On 24 June 2026, the Council of the European Union adopted a recommendation setting out the economic, social, employment, structural and budgetary policies for the Netherlands. The recommendation, published as a Council note, establishes binding net expenditure growth limits from 2026 to 2030 and calls for reforms to reduce tax distortions, increase housing supply, and improve long-term care cost-effectiveness.
The fiscal path requires the Netherlands to limit net expenditure growth to 4.7% in 2026, 3.5% in 2027, 3.1% in 2028, 3.5% in 2029, and 3.7% in 2030, with cumulative growth from the 2025 base reaching 19.9% by 2030. The Council notes that in 2025 net expenditure grew by 7.2% annually and 10.6% cumulatively over 2024-2025, exceeding recommended rates by 1.5% and 1.0% of GDP respectively. For 2026, projected growth of 4.9% exceeds the recommended 4.7% by 0.1% of GDP.
On tax reform, the Council recommends reducing unequal treatment of mortgage interest deductions, imputed rent, pension contributions, and assets in closely held companies, with a possible transition to a capital growth tax by 2028. To address housing supply bottlenecks, the Netherlands should streamline planning and permitting (currently taking 6-7 years), simplify building regulation, make more land available, and tackle labour shortages, nitrogen deposition, and grid congestion. In the private rental market, the Council advises recalibrating regulated rents in line with property valuations to stimulate investment and reduce mortgage debt incentives.
For long-term care, the recommendation calls for aligning co-payments with care costs and investing in prevention and community-based care, with the coalition government aiming for structural savings of about 0.2% of GDP. The Council also urges rapid deployment of new investments from the mid-term review of cohesion policy, linked to five priorities in the Mid-Term Review Regulation.
The Council assesses that the Netherlands is no longer experiencing macroeconomic imbalances, as vulnerabilities related to household debt, the housing market, and the current account surplus have lessened. However, it warns that remaining vulnerabilities require continued monitoring and structural reforms.
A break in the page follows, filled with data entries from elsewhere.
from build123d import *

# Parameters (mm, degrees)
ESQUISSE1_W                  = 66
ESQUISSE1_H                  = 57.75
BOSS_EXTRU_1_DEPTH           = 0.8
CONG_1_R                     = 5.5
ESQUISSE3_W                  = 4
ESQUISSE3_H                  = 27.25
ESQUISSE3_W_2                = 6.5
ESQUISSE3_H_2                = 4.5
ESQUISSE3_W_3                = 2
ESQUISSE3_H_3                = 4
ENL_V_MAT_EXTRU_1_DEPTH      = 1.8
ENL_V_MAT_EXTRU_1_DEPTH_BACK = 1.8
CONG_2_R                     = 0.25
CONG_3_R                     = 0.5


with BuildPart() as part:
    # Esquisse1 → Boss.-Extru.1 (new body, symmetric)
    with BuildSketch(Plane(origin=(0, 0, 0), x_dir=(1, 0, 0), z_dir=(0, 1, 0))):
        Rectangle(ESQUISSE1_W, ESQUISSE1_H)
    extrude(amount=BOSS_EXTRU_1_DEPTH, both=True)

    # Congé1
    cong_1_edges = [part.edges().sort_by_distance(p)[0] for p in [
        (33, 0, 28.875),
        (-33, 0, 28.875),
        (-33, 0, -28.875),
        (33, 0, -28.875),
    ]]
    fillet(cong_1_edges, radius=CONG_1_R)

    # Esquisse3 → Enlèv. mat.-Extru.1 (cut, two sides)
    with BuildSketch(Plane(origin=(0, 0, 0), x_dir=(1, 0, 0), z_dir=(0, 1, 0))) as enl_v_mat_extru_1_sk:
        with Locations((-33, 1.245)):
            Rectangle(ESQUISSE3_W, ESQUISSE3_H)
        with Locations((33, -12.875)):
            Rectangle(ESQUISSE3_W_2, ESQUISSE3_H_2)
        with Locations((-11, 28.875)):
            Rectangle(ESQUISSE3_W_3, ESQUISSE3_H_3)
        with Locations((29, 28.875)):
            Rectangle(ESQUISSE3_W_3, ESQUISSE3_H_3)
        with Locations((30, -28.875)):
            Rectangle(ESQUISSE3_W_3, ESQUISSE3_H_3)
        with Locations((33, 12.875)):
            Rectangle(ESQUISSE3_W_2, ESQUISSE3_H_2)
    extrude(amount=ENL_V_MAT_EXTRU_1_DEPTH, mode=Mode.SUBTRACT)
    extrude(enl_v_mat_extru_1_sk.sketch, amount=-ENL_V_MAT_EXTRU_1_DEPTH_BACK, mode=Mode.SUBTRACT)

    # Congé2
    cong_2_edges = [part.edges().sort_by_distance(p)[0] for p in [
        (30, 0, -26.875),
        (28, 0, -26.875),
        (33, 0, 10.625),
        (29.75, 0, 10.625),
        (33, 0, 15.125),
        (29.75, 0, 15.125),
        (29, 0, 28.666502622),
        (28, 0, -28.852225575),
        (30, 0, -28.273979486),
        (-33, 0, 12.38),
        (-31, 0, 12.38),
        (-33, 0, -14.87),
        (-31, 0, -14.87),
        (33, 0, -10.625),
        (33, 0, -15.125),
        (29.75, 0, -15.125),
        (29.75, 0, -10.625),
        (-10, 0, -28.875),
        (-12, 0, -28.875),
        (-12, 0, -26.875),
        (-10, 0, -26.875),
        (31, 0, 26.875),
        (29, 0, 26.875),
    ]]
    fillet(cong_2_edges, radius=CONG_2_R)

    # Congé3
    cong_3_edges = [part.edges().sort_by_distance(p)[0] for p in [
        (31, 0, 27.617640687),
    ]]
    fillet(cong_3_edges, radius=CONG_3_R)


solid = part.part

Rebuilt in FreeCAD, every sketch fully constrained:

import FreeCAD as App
import Part
import Sketcher
Q = App.Units.Quantity


def edges_at(feature, points):
    """Names of the edges that pass closest to the given points."""
    edges = feature.Shape.Edges
    near = lambda p: min(range(len(edges)), key=lambda i: edges[i].distToShape(Part.Vertex(*p))[0])
    return sorted({f"Edge{near(p) + 1}" for p in points})

doc = App.newDocument("Part")
body = doc.addObject("PartDesign::Body", "Body")

sketch1 = doc.addObject("Sketcher::SketchObject", "Sketch")
body.addObject(sketch1)
sketch1.AttachmentSupport = (doc.XZ_Plane, [""])
sketch1.MapMode = "FlatFace"
sketch1.addGeometry([
    Part.LineSegment(App.Vector(-33, -28.875, 0), App.Vector(-33, 28.875, 0)),
    Part.LineSegment(App.Vector(-33, 28.875, 0), App.Vector(33, 28.875, 0)),
    Part.LineSegment(App.Vector(33, 28.875, 0), App.Vector(33, -28.875, 0)),
    Part.LineSegment(App.Vector(33, -28.875, 0), App.Vector(-33, -28.875, 0)),
], False)
sketch1.addConstraint([
    Sketcher.Constraint("Coincident", 0, 2, 1, 1),
    Sketcher.Constraint("Coincident", 1, 2, 2, 1),
    Sketcher.Constraint("Coincident", 2, 2, 3, 1),
    Sketcher.Constraint("Coincident", 3, 2, 0, 1),
    Sketcher.Constraint("Vertical", 0),
    Sketcher.Constraint("Horizontal", 1),
    Sketcher.Constraint("Vertical", 2),
    Sketcher.Constraint("Horizontal", 3),
    Sketcher.Constraint("Symmetric", 0, 2, 2, 2, -1, 1),
    Sketcher.Constraint("DistanceX", 1, 1, 1, 2, Q("66 mm")),
    Sketcher.Constraint("DistanceY", 0, 1, 0, 2, Q("57.75 mm")),
])
pad1 = doc.addObject("PartDesign::Pad", "Pad")
body.addObject(pad1)
pad1.Profile = sketch1
pad1.Length = 1.6
pad1.Midplane = True
doc.recompute()

fillet = doc.addObject("PartDesign::Fillet", "Fillet")
body.addObject(fillet)
fillet.Base = (pad1, edges_at(pad1, [
    (33, 0, 28.875),
    (-33, 0, 28.875),
    (-33, 0, -28.875),
    (33, 0, -28.875),
]))
fillet.Radius = 5.5

sketch2 = doc.addObject("Sketcher::SketchObject", "Sketch001")
body.addObject(sketch2)
sketch2.AttachmentSupport = (doc.XZ_Plane, [""])
sketch2.MapMode = "FlatFace"
sketch2.addGeometry([
    Part.LineSegment(App.Vector(-35, -14.87, 0), App.Vector(-35, 12.38, 0)),
    Part.LineSegment(App.Vector(-35, 12.38, 0), App.Vector(-31, 12.38, 0)),
    Part.LineSegment(App.Vector(-31, 12.38, 0), App.Vector(-31, -14.87, 0)),
    Part.LineSegment(App.Vector(-31, -14.87, 0), App.Vector(-35, -14.87, 0)),
    Part.LineSegment(App.Vector(29.75, 10.625, 0), App.Vector(29.75, 15.125, 0)),
    Part.LineSegment(App.Vector(29.75, 15.125, 0), App.Vector(36.25, 15.125, 0)),
    Part.LineSegment(App.Vector(36.25, 15.125, 0), App.Vector(36.25, 10.625, 0)),
    Part.LineSegment(App.Vector(36.25, 10.625, 0), App.Vector(29.75, 10.625, 0)),
    Part.LineSegment(App.Vector(-12, -30.875, 0), App.Vector(-12, -26.875, 0)),
    Part.LineSegment(App.Vector(-12, -26.875, 0), App.Vector(-10, -26.875, 0)),
    Part.LineSegment(App.Vector(-10, -26.875, 0), App.Vector(-10, -30.875, 0)),
    Part.LineSegment(App.Vector(-10, -30.875, 0), App.Vector(-12, -30.875, 0)),
    Part.LineSegment(App.Vector(28, -30.875, 0), App.Vector(28, -26.875, 0)),
    Part.LineSegment(App.Vector(28, -26.875, 0), App.Vector(30, -26.875, 0)),
    Part.LineSegment(App.Vector(30, -26.875, 0), App.Vector(30, -30.875, 0)),
    Part.LineSegment(App.Vector(30, -30.875, 0), App.Vector(28, -30.875, 0)),
    Part.LineSegment(App.Vector(29, 26.875, 0), App.Vector(29, 30.875, 0)),
    Part.LineSegment(App.Vector(29, 30.875, 0), App.Vector(31, 30.875, 0)),
    Part.LineSegment(App.Vector(31, 30.875, 0), App.Vector(31, 26.875, 0)),
    Part.LineSegment(App.Vector(31, 26.875, 0), App.Vector(29, 26.875, 0)),
    Part.LineSegment(App.Vector(29.75, -15.125, 0), App.Vector(29.75, -10.625, 0)),
    Part.LineSegment(App.Vector(29.75, -10.625, 0), App.Vector(36.25, -10.625, 0)),
    Part.LineSegment(App.Vector(36.25, -10.625, 0), App.Vector(36.25, -15.125, 0)),
    Part.LineSegment(App.Vector(36.25, -15.125, 0), App.Vector(29.75, -15.125, 0)),
], False)
sketch2.addConstraint([
    Sketcher.Constraint("Coincident", 0, 2, 1, 1),
    Sketcher.Constraint("Coincident", 1, 2, 2, 1),
    Sketcher.Constraint("Coincident", 2, 2, 3, 1),
    Sketcher.Constraint("Coincident", 3, 2, 0, 1),
    Sketcher.Constraint("Coincident", 4, 2, 5, 1),
    Sketcher.Constraint("Coincident", 5, 2, 6, 1),
    Sketcher.Constraint("Coincident", 6, 2, 7, 1),
    Sketcher.Constraint("Coincident", 7, 2, 4, 1),
    Sketcher.Constraint("Coincident", 8, 2, 9, 1),
    Sketcher.Constraint("Coincident", 9, 2, 10, 1),
    Sketcher.Constraint("Coincident", 10, 2, 11, 1),
    Sketcher.Constraint("Coincident", 11, 2, 8, 1),
    Sketcher.Constraint("Coincident", 12, 2, 13, 1),
    Sketcher.Constraint("Coincident", 13, 2, 14, 1),
    Sketcher.Constraint("Coincident", 14, 2, 15, 1),
    Sketcher.Constraint("Coincident", 15, 2, 12, 1),
    Sketcher.Constraint("Coincident", 16, 2, 17, 1),
    Sketcher.Constraint("Coincident", 17, 2, 18, 1),
    Sketcher.Constraint("Coincident", 18, 2, 19, 1),
    Sketcher.Constraint("Coincident", 19, 2, 16, 1),
    Sketcher.Constraint("Coincident", 20, 2, 21, 1),
    Sketcher.Constraint("Coincident", 21, 2, 22, 1),
    Sketcher.Constraint("Coincident", 22, 2, 23, 1),
    Sketcher.Constraint("Coincident", 23, 2, 20, 1),
    Sketcher.Constraint("Vertical", 0),
    Sketcher.Constraint("Horizontal", 1),
    Sketcher.Constraint("Vertical", 2),
    Sketcher.Constraint("Horizontal", 3),
    Sketcher.Constraint("Vertical", 4),
    Sketcher.Constraint("Horizontal", 5),
    Sketcher.Constraint("Vertical", 6),
    Sketcher.Constraint("Horizontal", 7),
    Sketcher.Constraint("Vertical", 8),
    Sketcher.Constraint("Horizontal", 9),
    Sketcher.Constraint("Vertical", 10),
    Sketcher.Constraint("Horizontal", 11),
    Sketcher.Constraint("Vertical", 12),
    Sketcher.Constraint("Horizontal", 13),
    Sketcher.Constraint("Vertical", 14),
    Sketcher.Constraint("Horizontal", 15),
    Sketcher.Constraint("Vertical", 16),
    Sketcher.Constraint("Horizontal", 17),
    Sketcher.Constraint("Vertical", 18),
    Sketcher.Constraint("Horizontal", 19),
    Sketcher.Constraint("Vertical", 20),
    Sketcher.Constraint("Horizontal", 21),
    Sketcher.Constraint("Vertical", 22),
    Sketcher.Constraint("Horizontal", 23),
    Sketcher.Constraint("Symmetric", 7, 2, 20, 2, -1),
    Sketcher.Constraint("Symmetric", 5, 2, 22, 2, -1),
    Sketcher.Constraint("Horizontal", 9, 2, 12, 2),
    Sketcher.Constraint("Horizontal", 11, 2, 14, 2),
    Sketcher.Constraint("Equal", 11, 13),
    Sketcher.Constraint("Equal", 15, 17),
    Sketcher.Constraint("Equal", 3, 8),
    Sketcher.Constraint("Equal", 14, 16),
    Sketcher.Constraint("DistanceX", 1, 1, 1, 2, Q("4 mm")),
    Sketcher.Constraint("DistanceX", 9, 1, 9, 2, Q("2 mm")),
    Sketcher.Constraint("DistanceX", 5, 1, 5, 2, Q("6.5 mm")),
    Sketcher.Constraint("DistanceY", 4, 1, 4, 2, Q("4.5 mm")),
    Sketcher.Constraint("DistanceX", 0, 2, -1, 1, Q("35 mm")),
    Sketcher.Constraint("DistanceX", 8, 2, -1, 1, Q("12 mm")),
    Sketcher.Constraint("DistanceX", -1, 1, 12, 2, Q("28 mm")),
    Sketcher.Constraint("DistanceX", -1, 1, 16, 2, Q("29 mm")),
    Sketcher.Constraint("DistanceY", 0, 1, 0, 2, Q("27.25 mm")),
    Sketcher.Constraint("DistanceY", 8, 2, 7, 2, Q("37.5 mm")),
    Sketcher.Constraint("DistanceY", -1, 1, 0, 2, Q("12.38 mm")),
    Sketcher.Constraint("DistanceX", -1, 1, 4, 2, Q("29.75 mm")),
    Sketcher.Constraint("DistanceY", 4, 2, 16, 2, Q("15.75 mm")),
    Sketcher.Constraint("DistanceY", 13, 2, 20, 2, Q("16.25 mm")),
])
pocket1 = doc.addObject("PartDesign::Pocket", "Pocket")
body.addObject(pocket1)
pocket1.Profile = sketch2
pocket1.Type = "ThroughAll"
pocket1.Midplane = True
doc.recompute()

fillet2 = doc.addObject("PartDesign::Fillet", "Fillet001")
body.addObject(fillet2)
fillet2.Base = (pocket1, edges_at(pocket1, [
    (30, 0, -26.875),
    (28, 0, -26.875),
    (33, 0, 10.625),
    (29.75, 0, 10.625),
    (33, 0, 15.125),
    (29.75, 0, 15.125),
    (29, 0, 28.667),
    (28, 0, -28.852),
    (30, 0, -28.274),
    (-33, 0, 12.38),
    (-31, 0, 12.38),
    (-33, 0, -14.87),
    (-31, 0, -14.87),
    (33, 0, -10.625),
    (33, 0, -15.125),
    (29.75, 0, -15.125),
    (29.75, 0, -10.625),
    (-10, 0, -28.875),
    (-12, 0, -28.875),
    (-12, 0, -26.875),
    (-10, 0, -26.875),
    (31, 0, 26.875),
    (29, 0, 26.875),
]))
fillet2.Radius = 0.25
doc.recompute()

fillet3 = doc.addObject("PartDesign::Fillet", "Fillet002")
body.addObject(fillet3)
fillet3.Base = (fillet2, edges_at(fillet2, [(31, 0, 27.618)]))
fillet3.Radius = 0.5

doc.recompute()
Stakeholder impact - Dutch government: Must adhere to strict net expenditure growth limits, requiring fiscal discipline and potentially difficult spending cuts or tax increases. The recommendation is legally non-binding but carries political weight under the EU's economic governance framework. - Homeowners and mortgage borrowers: Tax reforms targeting mortgage interest deductions and imputed rent could increase housing costs, while a shift to capital gains taxation may affect property investors. - Housing construction sector: Streamlined planning and permitting, along with measures to address labour and grid constraints, could accelerate project timelines and reduce costs, benefiting developers and construction firms. - Long-term care providers and patients: Aligning co-payments with care costs may increase out-of-pocket expenses for some patients, while investment in prevention and community-based care could shift service delivery models.
Institutional follow-up The Council recommendation is addressed to the Netherlands, which is expected to reflect it in its national policies and report on progress in its annual Stability Programme and National Reform Programme. The European Commission will monitor compliance and may issue further recommendations if deviations persist.